• **Work required**:
Every word of the listing must be returned. Retype it exactly.
◇ ◇ ◇
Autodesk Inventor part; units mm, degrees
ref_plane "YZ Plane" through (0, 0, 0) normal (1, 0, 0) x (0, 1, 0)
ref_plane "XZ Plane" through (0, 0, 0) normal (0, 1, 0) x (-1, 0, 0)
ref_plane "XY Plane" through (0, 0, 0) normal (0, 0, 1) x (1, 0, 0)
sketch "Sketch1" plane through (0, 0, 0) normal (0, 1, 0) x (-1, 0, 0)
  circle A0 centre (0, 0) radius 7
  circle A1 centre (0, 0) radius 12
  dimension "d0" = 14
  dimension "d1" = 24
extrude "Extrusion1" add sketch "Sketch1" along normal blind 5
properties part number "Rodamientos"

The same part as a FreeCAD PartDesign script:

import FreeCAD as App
import Part
import Sketcher

doc = App.newDocument("Part")
body = doc.addObject("PartDesign::Body", "Body")

# Sketch on XZ plane
sketch1 = body.newObject("Sketcher::SketchObject", "Sketch")
sketch1.AttachmentSupport = (doc.getObject("XZ_Plane"), [""])
sketch1.MapMode = "FlatFace"
sketch1.addGeometry(Part.Circle(App.Vector(0, 0, 0), App.Vector(0, 0, 1), 12), False)
sketch1.addGeometry(Part.Circle(App.Vector(0, 0, 0), App.Vector(0, 0, 1), 7), False)
sketch1.addConstraint(Sketcher.Constraint("Coincident", 0, 3, -1, 1))
sketch1.addConstraint(Sketcher.Constraint("Coincident", 1, 3, -1, 1))
sketch1.addConstraint(Sketcher.Constraint("Diameter", 0, 24.0))
sketch1.addConstraint(Sketcher.Constraint("Diameter", 1, 14.0))
pad1 = body.newObject("PartDesign::Pad", "Pad")
pad1.Profile = sketch1
pad1.Length = 5
pad1.Reversed = True

doc.recompute()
◇ ◇ ◇
• **Reply to the task**:
Autodesk Inventor part; units mm, degrees
ref_plane "YZ Plane" through (0, 0, 0) normal (1, 0, 0) x (0, 1, 0)
ref_plane "XZ Plane" through (0, 0, 0) normal (0, 1, 0) x (-1, 0, 0)
ref_plane "XY Plane" through (0, 0, 0) normal (0, 0, 1) x (1, 0, 0)
sketch "Sketch1" plane through (0, 0, 0) normal (0, 1, 0) x (-1, 0, 0)
  circle A0 centre (0, 0) radius 7
  circle A1 centre (0, 0) radius 12
  dimension "d0" = 14
  dimension "d1" = 24
extrude "Extrusion1" add sketch "Sketch1" along normal blind 5
properties part number "Rodamientos"

The same part as a FreeCAD PartDesign script:

import FreeCAD as App
import Part
import Sketcher

doc = App.newDocument("Part")
body = doc.addObject("PartDesign::Body", "Body")

# Sketch on XZ plane
sketch1 = body.newObject("Sketcher::SketchObject", "Sketch")
sketch1.AttachmentSupport = (doc.getObject("XZ_Plane"), [""])
sketch1.MapMode = "FlatFace"
sketch1.addGeometry(Part.Circle(App.Vector(0, 0, 0), App.Vector(0, 0, 1), 12), False)
sketch1.addGeometry(Part.Circle(App.Vector(0, 0, 0), App.Vector(0, 0, 1), 7), False)
sketch1.addConstraint(Sketcher.Constraint("Coincident", 0, 3, -1, 1))
sketch1.addConstraint(Sketcher.Constraint("Coincident", 1, 3, -1, 1))
sketch1.addConstraint(Sketcher.Constraint("Diameter", 0, 24.0))
sketch1.addConstraint(Sketcher.Constraint("Diameter", 1, 14.0))
pad1 = body.newObject("PartDesign::Pad", "Pad")
pad1.Profile = sketch1
pad1.Length = 5
pad1.Reversed = True

doc.recompute()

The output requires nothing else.